**Data supplied**

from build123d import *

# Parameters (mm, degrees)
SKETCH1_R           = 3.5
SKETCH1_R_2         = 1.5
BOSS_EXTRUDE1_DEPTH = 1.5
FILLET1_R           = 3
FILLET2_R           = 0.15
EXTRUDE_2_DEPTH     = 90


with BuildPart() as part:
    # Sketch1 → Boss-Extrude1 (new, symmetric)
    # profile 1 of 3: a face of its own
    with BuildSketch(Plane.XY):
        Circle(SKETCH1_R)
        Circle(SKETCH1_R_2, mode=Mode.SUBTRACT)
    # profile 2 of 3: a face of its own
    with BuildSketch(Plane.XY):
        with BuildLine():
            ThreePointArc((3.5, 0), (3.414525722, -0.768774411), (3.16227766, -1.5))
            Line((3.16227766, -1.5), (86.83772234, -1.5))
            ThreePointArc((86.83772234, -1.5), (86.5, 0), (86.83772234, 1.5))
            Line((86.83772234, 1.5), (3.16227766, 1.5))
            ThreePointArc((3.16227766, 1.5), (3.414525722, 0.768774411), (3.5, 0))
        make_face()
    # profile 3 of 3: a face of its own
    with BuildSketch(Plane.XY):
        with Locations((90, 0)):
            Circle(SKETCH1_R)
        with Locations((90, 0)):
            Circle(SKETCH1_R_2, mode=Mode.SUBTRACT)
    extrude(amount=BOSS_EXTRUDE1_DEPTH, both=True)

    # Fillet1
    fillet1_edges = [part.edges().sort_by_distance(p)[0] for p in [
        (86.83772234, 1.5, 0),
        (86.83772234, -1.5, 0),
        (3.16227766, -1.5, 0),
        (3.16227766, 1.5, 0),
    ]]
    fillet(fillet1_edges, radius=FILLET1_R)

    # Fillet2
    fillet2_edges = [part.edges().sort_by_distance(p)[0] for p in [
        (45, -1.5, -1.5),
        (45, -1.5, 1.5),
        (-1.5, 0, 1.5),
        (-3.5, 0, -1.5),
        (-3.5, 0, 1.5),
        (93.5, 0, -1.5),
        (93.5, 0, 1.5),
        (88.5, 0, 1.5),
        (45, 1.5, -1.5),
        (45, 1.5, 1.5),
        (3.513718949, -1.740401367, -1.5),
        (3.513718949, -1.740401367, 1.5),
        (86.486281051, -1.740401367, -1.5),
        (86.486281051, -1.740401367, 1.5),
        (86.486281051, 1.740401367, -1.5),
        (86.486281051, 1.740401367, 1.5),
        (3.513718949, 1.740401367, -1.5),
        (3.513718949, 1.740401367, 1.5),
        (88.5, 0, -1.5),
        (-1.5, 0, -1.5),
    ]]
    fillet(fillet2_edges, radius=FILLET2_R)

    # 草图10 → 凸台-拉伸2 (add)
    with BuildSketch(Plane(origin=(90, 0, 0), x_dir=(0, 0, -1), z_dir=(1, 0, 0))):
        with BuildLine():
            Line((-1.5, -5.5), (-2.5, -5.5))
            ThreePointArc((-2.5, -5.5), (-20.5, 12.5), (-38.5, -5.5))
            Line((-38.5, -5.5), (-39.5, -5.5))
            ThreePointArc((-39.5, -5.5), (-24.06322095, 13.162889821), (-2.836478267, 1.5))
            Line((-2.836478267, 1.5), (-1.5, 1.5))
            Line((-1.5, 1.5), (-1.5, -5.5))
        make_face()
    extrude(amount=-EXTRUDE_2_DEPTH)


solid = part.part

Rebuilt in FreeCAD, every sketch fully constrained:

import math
import FreeCAD as App
import Part
import Sketcher
Q = App.Units.Quantity


def edges_at(feature, points):
    """Names of the edges that pass closest to the given points."""
    edges = feature.Shape.Edges
    near = lambda p: min(range(len(edges)), key=lambda i: edges[i].distToShape(Part.Vertex(*p))[0])
    return sorted({f"Edge{near(p) + 1}" for p in points})

doc = App.newDocument("Part")
body = doc.addObject("PartDesign::Body", "Body")

# Sketch on XY plane
sketch1 = body.newObject("Sketcher::SketchObject", "Sketch")
sketch1.AttachmentSupport = (doc.getObject("XY_Plane"), [""])
sketch1.MapMode = "FlatFace"
sketch1.addGeometry([
    Part.ArcOfCircle(Part.Circle(App.Vector(0, 0, 0), App.Vector(0, 0, 1), 3.5), math.radians(25.376934), math.radians(334.623066)),  # 0
    Part.LineSegment(App.Vector(3.162278, -1.5, 0), App.Vector(86.837722, -1.5, 0)),  # 1
    Part.ArcOfCircle(Part.Circle(App.Vector(90, 0, 0), App.Vector(0, 0, 1), 3.5), math.radians(-154.623066), math.radians(154.623066)),  # 2
    Part.LineSegment(App.Vector(86.837722, 1.5, 0), App.Vector(3.162278, 1.5, 0)),  # 3
    Part.Circle(App.Vector(0, 0, 0), App.Vector(0, 0, 1), 1.5),  # 4
    Part.Circle(App.Vector(90, 0, 0), App.Vector(0, 0, 1), 1.5),  # 5
], False)
sketch1.addConstraint([
    Sketcher.Constraint("Coincident", 0, 2, 1, 1),
    Sketcher.Constraint("Coincident", 1, 2, 2, 1),
    Sketcher.Constraint("Coincident", 2, 2, 3, 1),
    Sketcher.Constraint("Coincident", 3, 2, 0, 1),
    Sketcher.Constraint("Horizontal", 1),
    Sketcher.Constraint("Horizontal", 3),
    Sketcher.Constraint("Coincident", 0, 3, -1, 1),
    Sketcher.Constraint("Coincident", 4, 3, -1, 1),
    Sketcher.Constraint("Coincident", 5, 3, 2, 3),
    Sketcher.Constraint("Equal", 0, 2),
    Sketcher.Constraint("Equal", 4, 5),
    Sketcher.Constraint("Symmetric", 1, 2, 2, 2, -1),
    Sketcher.Constraint("Diameter", 4, Q("3 mm")),
    Sketcher.Constraint("Radius", 0, Q("3.5 mm")),
    Sketcher.Constraint("DistanceX", -1, 1, 2, 3, Q("90 mm")),
    Sketcher.Constraint("DistanceY", 1, 2, 2, 2, Q("3 mm")),
])
pad1 = body.newObject("PartDesign::Pad", "Pad")
pad1.Profile = sketch1
pad1.Length = 3
pad1.Midplane = True
doc.recompute()

fillet = body.newObject("PartDesign::Fillet", "Fillet")
fillet.Base = (pad1, edges_at(pad1, [
    (86.838, 1.5, 0),
    (86.838, -1.5, 0.75),
    (3.162, -1.5, -0.75),
    (3.162, 1.5, 0),
]))
fillet.Radius = 3
doc.recompute()

fillet2 = body.newObject("PartDesign::Fillet", "Fillet001")
fillet2.Base = (fillet, edges_at(fillet, [
    (45, -1.5, -1.5),
    (45, -1.5, 1.5),
    (-1.5, 0, 1.5),
    (-3.5, 0, -1.5),
    (-3.5, 0, 1.5),
    (93.5, 0, -1.5),
    (93.5, 0, 1.5),
    (88.5, 0, 1.5),
    (45, 1.5, -1.5),
    (45, 1.5, 1.5),
    (3.514, -1.74, -1.5),
    (3.514, -1.74, 1.5),
    (86.486, -1.74, -1.5),
    (86.486, -1.74, 1.5),
    (86.486, 1.74, -1.5),
    (86.486, 1.74, 1.5),
    (3.514, 1.74, -1.5),
    (3.514, 1.74, 1.5),
    (88.5, 0, -1.5),
    (-1.5, 0, -1.5),
]))
fillet2.Radius = 0.15

# Sketch on YZ plane
sketch2 = body.newObject("Sketcher::SketchObject", "Sketch001")
sketch2.AttachmentSupport = (doc.getObject("YZ_Plane"), [""])
sketch2.MapMode = "FlatFace"
sketch2.AttachmentOffset = App.Placement(App.Vector(0, 0, 90), App.Rotation())
sketch2.addGeometry([
    Part.LineSegment(App.Vector(-5.5, 2.5, 0), App.Vector(-5.5, 1.5, 0)),  # 0
    Part.LineSegment(App.Vector(-5.5, 1.5, 0), App.Vector(1.5, 1.5, 0)),  # 1
    Part.LineSegment(App.Vector(1.5, 1.5, 0), App.Vector(1.5, 2.836478, 0)),  # 2
    Part.ArcOfCircle(Part.Circle(App.Vector(-5.5, 20.5, 0), App.Vector(0, 0, 1), 19), math.radians(-68.381728), math.radians(90)),  # 3
    Part.LineSegment(App.Vector(-5.5, 39.5, 0), App.Vector(-5.5, 38.5, 0)),  # 4
    Part.ArcOfCircle(Part.Circle(App.Vector(-5.5, 20.5, 0), App.Vector(0, 0, 1), 18), math.radians(-90), math.radians(90)),  # 5
], False)
sketch2.addConstraint([
    Sketcher.Constraint("Coincident", 0, 2, 1, 1),
    Sketcher.Constraint("Coincident", 1, 2, 2, 1),
    Sketcher.Constraint("Coincident", 2, 2, 3, 1),
    Sketcher.Constraint("Coincident", 3, 2, 4, 1),
    Sketcher.Constraint("Coincident", 4, 2, 5, 2),
    Sketcher.Constraint("Coincident", 5, 1, 0, 1),
    Sketcher.Constraint("Vertical", 0),
    Sketcher.Constraint("Horizontal", 1),
    Sketcher.Constraint("Vertical", 2),
    Sketcher.Constraint("Vertical", 4),
    Sketcher.Constraint("Coincident", 5, 3, 3, 3),
    Sketcher.Constraint("Vertical", 5, 3, 0, 2),
    Sketcher.Constraint("Vertical", 0, 2, 3, 2),
    Sketcher.Constraint("Equal", 0, 4),
    Sketcher.Constraint("Radius", 3, Q("19 mm")),
    Sketcher.Constraint("Radius", 5, Q("18 mm")),
    Sketcher.Constraint("DistanceX", 1, 1, 1, 2, Q("7 mm")),
    Sketcher.Constraint("DistanceX", 3, 3, -1, 1, Q("5.5 mm")),
    Sketcher.Constraint("DistanceY", -1, 1, 3, 3, Q("20.5 mm")),
])
pad2 = body.newObject("PartDesign::Pad", "Pad001")
pad2.Profile = sketch2
pad2.Length = 90
pad2.Reversed = True

doc.recompute()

**Your goal**
Find all lines in the records that hold the word "SUBTRACT". Copy them.

**Exercise answer**
        Circle(SKETCH1_R_2, mode=Mode.SUBTRACT)
            Circle(SKETCH1_R_2, mode=Mode.SUBTRACT)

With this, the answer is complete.